The federated hybrid framework will be able to forecast with much more accuracy by including MRI imaging characteristics, PET scans, and longitudinal cognitive trajectories. Promising architectures for such an extension include cross-modal attention mechanisms and federated graph neural networks capable of modelling brain connectivity across remote locales.
For practical clinical application, the framework should be augmented with interpretability tools, such as SHAP values, federated attention maps, or counterfactual explanations, which enable clinicians to comprehend and evaluate individual predictions. Whether the performance enhancements reported in this study will transfer into improved patient outcomes will ultimately be determined by a prospective clinical validation in a decision-support scenario with outcome tracking over a longitudinal follow-up.
5. Conclusions
This paper presents a novel, high-performing paradigm for the multi-class classification of Alzheimer’s disease stages from structured clinical data, unifying classical machine learning, deep learning, and evolutionary optimisation. Optimised hybrid ensembling is a powerful mechanism for systematically exploiting and federated learning within a single coherent framework. Our results provide compelling evidence that state-of-the-art gradient boosting (LightGBM) remains the strongest standalone learner for heterogeneous clinical tabular data, while deep neural networks contribute complementary decision patterns at the class level. Critically, we demonstrate that Genetic Algorithm-optimised hybrid ensembling is a powerful mechanism for systematically exploiting this complementarity, delivering consistent gains across all evaluation metrics. Beyond centralised learning, the proposed federated hybrid architecture marks a key advancement, showing that privacy-preserving distributed training—under realistic non-IID conditions—can not only match but can also surpass fully centralised performance. In particular, the FedNova-based hybrid model achieved the best overall results (accuracy = 0.8213, Macro-F1 = 0.6953), setting a new benchmark within the experimental setting. These findings redefine the conventional trade-off between performance and privacy, demonstrating that carefully designed hybrid federated systems can deliver both simultaneously. The proposed framework is robust, scalable, and clinically relevant, combining strong predictive accuracy, feature-level interpretability, and deployment feasibility in multi-institutional environments. Overall, this study positions hybrid federated learning as a promising next-generation strategy for clinical decision-support systems in Alzheimer’s disease and beyond. Future research will extend this line of inquiry toward fully decentralised architectures, multimodal data integration, and prospective multi-cohort validation to further accelerate real-world clinical translation.
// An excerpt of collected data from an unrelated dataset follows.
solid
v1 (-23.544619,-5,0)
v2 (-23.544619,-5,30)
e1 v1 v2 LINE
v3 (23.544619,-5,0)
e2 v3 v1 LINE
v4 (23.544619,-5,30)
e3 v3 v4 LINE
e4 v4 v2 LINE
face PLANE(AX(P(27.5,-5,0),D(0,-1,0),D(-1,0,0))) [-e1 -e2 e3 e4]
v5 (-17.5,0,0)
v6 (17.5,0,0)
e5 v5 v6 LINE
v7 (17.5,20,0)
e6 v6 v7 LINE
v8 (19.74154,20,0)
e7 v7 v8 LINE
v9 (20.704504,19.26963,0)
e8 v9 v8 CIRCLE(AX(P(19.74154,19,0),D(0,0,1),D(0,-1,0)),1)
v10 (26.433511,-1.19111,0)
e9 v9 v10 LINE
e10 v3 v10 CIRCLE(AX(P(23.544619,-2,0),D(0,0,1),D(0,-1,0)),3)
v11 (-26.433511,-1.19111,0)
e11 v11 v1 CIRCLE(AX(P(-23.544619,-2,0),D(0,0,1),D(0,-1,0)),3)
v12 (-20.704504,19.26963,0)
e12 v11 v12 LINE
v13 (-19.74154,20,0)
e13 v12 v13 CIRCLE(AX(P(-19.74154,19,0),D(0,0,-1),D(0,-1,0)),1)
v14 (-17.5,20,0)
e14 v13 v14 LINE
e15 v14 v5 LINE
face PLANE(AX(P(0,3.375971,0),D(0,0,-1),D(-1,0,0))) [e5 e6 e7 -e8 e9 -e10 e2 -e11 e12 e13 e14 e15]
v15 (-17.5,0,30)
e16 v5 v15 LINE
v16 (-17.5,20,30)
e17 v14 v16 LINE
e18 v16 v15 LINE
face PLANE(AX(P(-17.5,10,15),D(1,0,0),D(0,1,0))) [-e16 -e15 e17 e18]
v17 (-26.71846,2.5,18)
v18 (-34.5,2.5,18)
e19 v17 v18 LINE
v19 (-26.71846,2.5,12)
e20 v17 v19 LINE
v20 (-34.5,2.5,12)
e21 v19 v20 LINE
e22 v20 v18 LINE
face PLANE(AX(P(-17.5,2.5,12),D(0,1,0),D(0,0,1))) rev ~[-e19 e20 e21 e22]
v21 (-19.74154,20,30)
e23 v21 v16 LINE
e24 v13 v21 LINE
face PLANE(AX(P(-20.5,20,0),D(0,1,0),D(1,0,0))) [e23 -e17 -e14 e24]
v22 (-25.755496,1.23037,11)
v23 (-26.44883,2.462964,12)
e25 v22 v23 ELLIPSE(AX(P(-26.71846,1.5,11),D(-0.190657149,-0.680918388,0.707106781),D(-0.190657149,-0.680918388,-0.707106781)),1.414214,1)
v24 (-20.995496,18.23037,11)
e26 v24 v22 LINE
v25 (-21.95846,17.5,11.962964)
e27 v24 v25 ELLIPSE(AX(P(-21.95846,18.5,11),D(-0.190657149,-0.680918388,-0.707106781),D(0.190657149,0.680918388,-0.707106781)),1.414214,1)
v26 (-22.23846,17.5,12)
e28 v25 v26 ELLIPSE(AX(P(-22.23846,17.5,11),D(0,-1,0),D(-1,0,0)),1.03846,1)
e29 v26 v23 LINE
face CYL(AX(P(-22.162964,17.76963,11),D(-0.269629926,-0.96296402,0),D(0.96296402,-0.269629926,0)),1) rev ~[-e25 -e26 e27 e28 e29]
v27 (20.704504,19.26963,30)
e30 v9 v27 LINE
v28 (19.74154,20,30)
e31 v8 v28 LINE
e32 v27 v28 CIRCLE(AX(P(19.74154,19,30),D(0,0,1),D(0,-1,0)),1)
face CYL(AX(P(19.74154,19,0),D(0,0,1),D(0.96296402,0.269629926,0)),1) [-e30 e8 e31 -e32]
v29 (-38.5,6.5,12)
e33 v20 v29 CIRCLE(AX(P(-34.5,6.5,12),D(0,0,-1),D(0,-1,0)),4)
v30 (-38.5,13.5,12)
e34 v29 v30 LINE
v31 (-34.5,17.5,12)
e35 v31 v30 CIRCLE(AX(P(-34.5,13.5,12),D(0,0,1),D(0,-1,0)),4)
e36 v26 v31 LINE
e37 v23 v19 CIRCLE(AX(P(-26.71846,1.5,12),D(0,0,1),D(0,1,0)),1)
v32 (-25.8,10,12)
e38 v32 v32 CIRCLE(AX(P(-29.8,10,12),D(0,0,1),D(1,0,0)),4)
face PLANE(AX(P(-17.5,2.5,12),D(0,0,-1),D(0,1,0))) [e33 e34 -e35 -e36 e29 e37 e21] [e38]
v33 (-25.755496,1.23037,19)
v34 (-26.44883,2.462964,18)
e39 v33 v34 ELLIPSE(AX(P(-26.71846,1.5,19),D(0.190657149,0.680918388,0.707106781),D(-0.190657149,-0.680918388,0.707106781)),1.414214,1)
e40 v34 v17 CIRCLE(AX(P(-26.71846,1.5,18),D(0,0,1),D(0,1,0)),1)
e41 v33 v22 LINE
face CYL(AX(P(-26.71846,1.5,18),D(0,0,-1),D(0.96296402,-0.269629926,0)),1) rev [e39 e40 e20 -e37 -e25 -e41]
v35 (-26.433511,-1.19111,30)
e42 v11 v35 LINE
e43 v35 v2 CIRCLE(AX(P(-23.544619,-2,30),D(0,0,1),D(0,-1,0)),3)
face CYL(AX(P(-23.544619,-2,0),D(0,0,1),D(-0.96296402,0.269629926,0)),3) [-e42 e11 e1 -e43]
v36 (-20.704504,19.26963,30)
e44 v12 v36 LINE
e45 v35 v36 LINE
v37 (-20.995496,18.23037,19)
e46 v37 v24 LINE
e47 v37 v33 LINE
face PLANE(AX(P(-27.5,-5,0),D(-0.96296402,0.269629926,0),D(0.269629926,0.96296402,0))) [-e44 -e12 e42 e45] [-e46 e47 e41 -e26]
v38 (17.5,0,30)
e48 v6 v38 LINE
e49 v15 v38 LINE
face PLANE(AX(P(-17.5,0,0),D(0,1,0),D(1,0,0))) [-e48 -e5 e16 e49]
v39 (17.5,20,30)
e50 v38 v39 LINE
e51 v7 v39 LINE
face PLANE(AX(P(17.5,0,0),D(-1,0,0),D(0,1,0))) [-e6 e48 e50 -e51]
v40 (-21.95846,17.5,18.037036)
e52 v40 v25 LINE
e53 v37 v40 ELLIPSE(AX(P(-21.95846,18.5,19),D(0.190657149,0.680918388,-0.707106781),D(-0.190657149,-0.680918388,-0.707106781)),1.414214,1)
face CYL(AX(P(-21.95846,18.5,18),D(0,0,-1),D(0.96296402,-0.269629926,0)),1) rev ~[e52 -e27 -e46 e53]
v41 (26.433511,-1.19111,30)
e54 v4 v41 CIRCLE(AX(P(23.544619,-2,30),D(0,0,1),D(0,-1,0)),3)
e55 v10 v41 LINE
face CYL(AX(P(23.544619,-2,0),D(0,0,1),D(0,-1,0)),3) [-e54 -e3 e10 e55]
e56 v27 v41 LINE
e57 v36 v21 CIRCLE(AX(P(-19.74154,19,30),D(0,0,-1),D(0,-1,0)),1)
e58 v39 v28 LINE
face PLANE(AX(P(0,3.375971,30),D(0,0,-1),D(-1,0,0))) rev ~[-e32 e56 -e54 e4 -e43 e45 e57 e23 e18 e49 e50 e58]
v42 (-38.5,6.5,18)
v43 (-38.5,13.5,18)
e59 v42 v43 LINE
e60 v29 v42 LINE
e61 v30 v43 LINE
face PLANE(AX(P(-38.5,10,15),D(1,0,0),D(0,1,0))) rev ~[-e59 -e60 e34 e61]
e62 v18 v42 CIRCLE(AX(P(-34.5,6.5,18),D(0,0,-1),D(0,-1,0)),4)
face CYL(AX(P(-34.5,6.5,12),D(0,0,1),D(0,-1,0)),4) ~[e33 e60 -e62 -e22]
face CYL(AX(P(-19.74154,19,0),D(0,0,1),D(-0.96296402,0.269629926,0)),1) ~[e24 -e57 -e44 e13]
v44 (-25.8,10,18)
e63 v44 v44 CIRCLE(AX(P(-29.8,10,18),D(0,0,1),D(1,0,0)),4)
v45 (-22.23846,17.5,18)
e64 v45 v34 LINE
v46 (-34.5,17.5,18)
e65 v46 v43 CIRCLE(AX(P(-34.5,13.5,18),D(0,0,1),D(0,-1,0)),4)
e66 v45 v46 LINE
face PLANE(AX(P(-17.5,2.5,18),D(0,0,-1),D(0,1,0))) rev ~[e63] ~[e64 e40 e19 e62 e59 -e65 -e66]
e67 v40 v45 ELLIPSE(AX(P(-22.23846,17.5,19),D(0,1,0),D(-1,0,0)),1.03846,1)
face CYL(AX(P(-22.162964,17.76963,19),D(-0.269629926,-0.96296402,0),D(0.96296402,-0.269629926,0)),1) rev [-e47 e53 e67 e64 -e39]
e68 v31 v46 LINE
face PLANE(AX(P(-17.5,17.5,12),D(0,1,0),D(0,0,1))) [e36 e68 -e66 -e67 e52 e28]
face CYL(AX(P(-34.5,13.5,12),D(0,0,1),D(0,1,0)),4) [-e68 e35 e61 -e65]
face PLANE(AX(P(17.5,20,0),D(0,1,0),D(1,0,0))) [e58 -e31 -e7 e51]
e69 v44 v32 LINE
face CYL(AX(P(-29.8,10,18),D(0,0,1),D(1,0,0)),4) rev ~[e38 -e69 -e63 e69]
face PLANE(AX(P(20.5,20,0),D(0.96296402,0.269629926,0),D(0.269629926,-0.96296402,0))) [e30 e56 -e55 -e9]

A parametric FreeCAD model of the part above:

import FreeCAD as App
import Part
import Sketcher
Q = App.Units.Quantity


def edges_at(feature, points):
    """Names of the edges that pass closest to the given points."""
    edges = feature.Shape.Edges
    near = lambda p: min(range(len(edges)), key=lambda i: edges[i].distToShape(Part.Vertex(*p))[0])
    return sorted({f"Edge{near(p) + 1}" for p in points})

doc = App.newDocument("Part")
body = doc.addObject("PartDesign::Body", "Body")

sketch1 = doc.addObject("Sketcher::SketchObject", "Sketch")
body.addObject(sketch1)
sketch1.AttachmentSupport = (doc.XY_Plane, [""])
sketch1.MapMode = "FlatFace"
sketch1.addGeometry([
    Part.LineSegment(App.Vector(-17.5, 0, 0), App.Vector(-17.5, 20, 0)),
    Part.LineSegment(App.Vector(-17.5, 20, 0), App.Vector(-20.5, 20, 0)),
    Part.LineSegment(App.Vector(-20.5, 20, 0), App.Vector(-27.5, -5, 0)),
    Part.LineSegment(App.Vector(-27.5, -5, 0), App.Vector(27.5, -5, 0)),
    Part.LineSegment(App.Vector(27.5, -5, 0), App.Vector(20.5, 20, 0)),
    Part.LineSegment(App.Vector(20.5, 20, 0), App.Vector(17.5, 20, 0)),
    Part.LineSegment(App.Vector(17.5, 20, 0), App.Vector(17.5, 0, 0)),
    Part.LineSegment(App.Vector(17.5, 0, 0), App.Vector(-17.5, 0, 0)),
], False)
sketch1.addConstraint([
    Sketcher.Constraint("Coincident", 0, 2, 1, 1),
    Sketcher.Constraint("Coincident", 1, 2, 2, 1),
    Sketcher.Constraint("Coincident", 2, 2, 3, 1),
    Sketcher.Constraint("Coincident", 3, 2, 4, 1),
    Sketcher.Constraint("Coincident", 4, 2, 5, 1),
    Sketcher.Constraint("Coincident", 5, 2, 6, 1),
    Sketcher.Constraint("Coincident", 6, 2, 7, 1),
    Sketcher.Constraint("Coincident", 7, 2, 0, 1),
    Sketcher.Constraint("Vertical", 0),
    Sketcher.Constraint("Horizontal", 1),
    Sketcher.Constraint("Horizontal", 3),
    Sketcher.Constraint("Horizontal", 5),
    Sketcher.Constraint("Vertical", 6),
    Sketcher.Constraint("Horizontal", 7),
    Sketcher.Constraint("Symmetric", 6, 2, 7, 2, -1, 1),
    Sketcher.Constraint("Symmetric", 1, 2, 4, 2, -2),
    Sketcher.Constraint("Equal", 2, 4),
    Sketcher.Constraint("DistanceX", 1, 2, 1, 1, Q("3 mm")),
    Sketcher.Constraint("DistanceX", 3, 1, 3, 2, Q("55 mm")),
    Sketcher.Constraint("DistanceX", 7, 2, 7, 1, Q("35 mm")),
    Sketcher.Constraint("DistanceY", 0, 1, 0, 2, Q("20 mm")),
    Sketcher.Constraint("DistanceY", 2, 2, -1, 1, Q("5 mm")),
])
pad1 = doc.addObject("PartDesign::Pad", "Pad")
body.addObject(pad1)
pad1.Profile = sketch1
pad1.Length = 30

sketch2 = doc.addObject("Sketcher::SketchObject", "Sketch001")
body.addObject(sketch2)
sketch2.AttachmentSupport = (doc.YZ_Plane, [""])
sketch2.MapMode = "FlatFace"
sketch2.AttachmentOffset = App.Placement(App.Vector(0, 0, -17.5), App.Rotation())
sketch2.addGeometry([
    Part.LineSegment(App.Vector(2.5, 18, 0), App.Vector(2.5, 12, 0)),
    Part.LineSegment(App.Vector(2.5, 12, 0), App.Vector(17.5, 12, 0)),
    Part.LineSegment(App.Vector(17.5, 12, 0), App.Vector(17.5, 18, 0)),
    Part.LineSegment(App.Vector(17.5, 18, 0), App.Vector(2.5, 18, 0)),
], False)
sketch2.addConstraint([
    Sketcher.Constraint("Coincident", 0, 2, 1, 1),
    Sketcher.Constraint("Coincident", 1, 2, 2, 1),
    Sketcher.Constraint("Coincident", 2, 2, 3, 1),
    Sketcher.Constraint("Coincident", 3, 2, 0, 1),
    Sketcher.Constraint("Vertical", 0),
    Sketcher.Constraint("Horizontal", 1),
    Sketcher.Constraint("Vertical", 2),
    Sketcher.Constraint("Horizontal", 3),
    Sketcher.Constraint("DistanceX", 1, 1, 1, 2, Q("15 mm")),
    Sketcher.Constraint("DistanceY", 0, 2, 0, 1, Q("6 mm")),
    Sketcher.Constraint("DistanceY", -1, 1, 0, 2, Q("12 mm")),
    Sketcher.Constraint("DistanceX", -1, 1, 0, 2, Q("2.5 mm")),
])
pad2 = doc.addObject("PartDesign::Pad", "Pad001")
body.addObject(pad2)
pad2.Profile = sketch2
pad2.Length = 21
pad2.Reversed = True

sketch3 = doc.addObject("Sketcher::SketchObject", "Sketch002")
body.addObject(sketch3)
sketch3.AttachmentSupport = (doc.XY_Plane, [""])
sketch3.MapMode = "FlatFace"
sketch3.AttachmentOffset = App.Placement(App.Vector(0, 0, 18), App.Rotation())
sketch3.addGeometry(Part.Circle(App.Vector(-29.8, 10, 0), App.Vector(0, 0, 1), 4), False)
sketch3.addConstraint([
    Sketcher.Constraint("Diameter", 0, Q("8 mm")),
    Sketcher.Constraint("DistanceY", -1, 1, 0, 3, Q("10 mm")),
    Sketcher.Constraint("DistanceX", 0, 3, -1, 1, Q("29.8 mm")),
])
pocket1 = doc.addObject("PartDesign::Pocket", "Pocket")
body.addObject(pocket1)
pocket1.Profile = sketch3
pocket1.Length = 6
doc.recompute()

fillet = doc.addObject("PartDesign::Fillet", "Fillet")
body.addObject(fillet)
fillet.Base = (pocket1, edges_at(pocket1, [(-38.5, 17.5, 15), (-38.5, 2.5, 15)]))
fillet.Radius = 4
doc.recompute()

fillet2 = doc.addObject("PartDesign::Fillet", "Fillet001")
body.addObject(fillet2)
fillet2.Base = (fillet, edges_at(fillet, [(-27.5, -5, 15), (27.5, -5, 15)]))
fillet2.Radius = 3
doc.recompute()

fillet3 = doc.addObject("PartDesign::Fillet", "Fillet002")
body.addObject(fillet3)
fillet3.Base = (fillet2, edges_at(fillet2, [(-20.5, 20, 15), (20.5, 20, 15)]))
fillet3.Radius = 1
doc.recompute()

fillet4 = doc.addObject("PartDesign::Fillet", "Fillet003")
body.addObject(fillet4)
fillet4.Base = (fillet3, edges_at(fillet3, [
    (-23.3, 10, 18),
    (-23.3, 10, 12),
    (-21.2, 17.5, 15),
    (-25.4, 2.5, 15),
]))
fillet4.Radius = 1

doc.recompute()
A critical limitation that tempers these results must be explicitly acknowledged: the AD class—the most clinically consequential diagnostic category—achieves F1-scores of only 0.11–0.21 across all evaluated models, including the best federated hybrid. In absolute terms, 13–14 of the 16 AD subjects in the test set are misclassified by every configuration. A framework with this level of AD sensitivity cannot be recommended for standalone clinical deployment in its current form. The results should therefore be interpreted as a proof-of-concept, demonstrating the methodological value of hybrid federated ensembling for structured clinical tabular data, rather than a clinically validated diagnostic tool.